Мне по-настоящему повезло четыре раза, и все эти случаи были связаны с появлением в моей жизни новых людей. Сначала я встретил Аркадия Исааковича Рай-кина, потом Мишу Жванецкого, Витю Ильченко и, наконец, свою жену. Не будь этих людей, не было бы и меня. Выступал бы сейчас где-нибудь в захолустье на эстраде, и никто бы меня не знал.

- Много лет вы работали в дуэте с Виктором Ильченко. Наверное, тяжело было после его смерти выйти на сцену одному?

- Очень тяжело... Мы ведь 30 лет были вместе. Дружили не только как актеры-партнеры, но и по-человечески.


"Витя Ильченко был гениальным артистом и замечательным человеком. Многие, теряя партнера по сцене, находили ему замену. Я не смог"

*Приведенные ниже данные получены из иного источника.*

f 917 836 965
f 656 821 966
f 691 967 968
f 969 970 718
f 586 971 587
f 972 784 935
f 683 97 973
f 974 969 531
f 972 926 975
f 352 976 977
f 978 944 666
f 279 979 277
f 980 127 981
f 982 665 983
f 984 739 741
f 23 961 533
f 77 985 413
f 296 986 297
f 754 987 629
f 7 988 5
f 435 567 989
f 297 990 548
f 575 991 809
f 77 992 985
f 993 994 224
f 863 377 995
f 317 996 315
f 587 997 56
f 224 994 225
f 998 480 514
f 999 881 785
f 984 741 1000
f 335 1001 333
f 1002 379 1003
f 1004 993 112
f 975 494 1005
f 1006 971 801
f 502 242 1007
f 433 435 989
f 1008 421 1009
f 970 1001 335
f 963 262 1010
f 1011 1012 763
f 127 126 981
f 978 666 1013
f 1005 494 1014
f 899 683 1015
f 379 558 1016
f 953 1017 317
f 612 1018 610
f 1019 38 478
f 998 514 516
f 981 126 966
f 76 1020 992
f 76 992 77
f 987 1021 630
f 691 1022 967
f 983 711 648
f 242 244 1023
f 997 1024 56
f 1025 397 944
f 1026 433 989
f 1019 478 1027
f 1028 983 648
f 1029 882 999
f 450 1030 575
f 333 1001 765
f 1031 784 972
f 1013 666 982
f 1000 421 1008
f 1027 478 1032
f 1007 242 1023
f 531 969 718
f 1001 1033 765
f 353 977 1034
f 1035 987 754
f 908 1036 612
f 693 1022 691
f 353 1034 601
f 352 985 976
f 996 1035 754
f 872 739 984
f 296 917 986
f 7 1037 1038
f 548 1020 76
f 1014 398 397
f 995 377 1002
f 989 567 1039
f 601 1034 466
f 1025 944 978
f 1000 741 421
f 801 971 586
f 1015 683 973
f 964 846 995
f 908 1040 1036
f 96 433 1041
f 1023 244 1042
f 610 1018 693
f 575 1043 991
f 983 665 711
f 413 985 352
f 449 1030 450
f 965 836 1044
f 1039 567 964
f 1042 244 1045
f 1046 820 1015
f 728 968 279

Когда он умер, я переживал ужасно. Честно говоря, до сих пор не могу очухаться. Но что делать! Чтобы жить дальше, надо работать, другого способа еще не придумали. Правда, в профессиональном смысле мне было проще: дело в том, что начинал я как мастер эстрадного монолога, так это тогда называлось. И позже, когда однажды в Одессе Витя сломал ногу и три месяца не мог работать, я поставил спектакль только на себя. Это был "Шут гороховый" по произведениям Чехова, Шолом-Алейхема, Зощенко и Жванецкого.

Когда Вити не стало, я сделал моноспектакль "Моя Одесса". Позже появился "Престарелый сорванец" по Жванецкому, сейчас играю "Зал ожидания" Семы Альто-ва. Мечтаю сыграть Хармса, может быть, даже не один, а с сыном. И все вроде бы как-то устоялось, наладилось, но не бывает дня, чтобы я не вспоминал Витю...

- О чем вы сейчас больше всего жалеете?

- О том, что при жизни говорил ему мало хороших слов. Мы вообще были достаточно строгими в отношениях, отвешивать комплименты у нас было не принято. Кстати, мы познакомились совершенно случайно, на улице. Я уже работал в театре у Рай-кина и поэтому был большой знаменитостью (вся Одесса гудела!). Как-то приехал в Одессу в отпуск, а Витя шел с ребенком на бульвар. Вот мы с ним на углу и столкнулись. Разговорились.

- Что, вот так, с совершенно незнакомым человеком?

- Я вас умоляю, в Одессе все друг друга знают! Тем более Витя играл в том же студенческом театре, что и я. Предложил ему показаться Райкину. Он понравился. Чистой воды случайность! Судьба! Ведь он мог прийти на этот бульвар на пять минут раньше, и мы бы разминулись. И Ильченко стал бы не знаменитым артистом, а, скажем, министром морского флота (в том, что он добился бы успеха в любой отрасли, я ни минуты не сомневаюсь). Он работал тогда начальником отдела новой техники одесского пароходства. В 25 (!) лет. А я... Так и работал бы в театре у Райкина.

- Вы долго ждали известности?

- Нет, нам повезло: в 70-м мы заняли первое место на Всесоюзном конкурсе артистов эстрады. Выступали с миниатюрой "Везучий-невезучий", в которой встречались два человека: у одного все плохо, у другого - все хорошо. По сути дела, за пять минут мы ухитрялись полностью сыграть две жизни. Никто тогда в Советском Союзе не делал ничего подобного, кроме Райкина. Потом попали на Центральное телевидение. Нас стали узнавать на улице.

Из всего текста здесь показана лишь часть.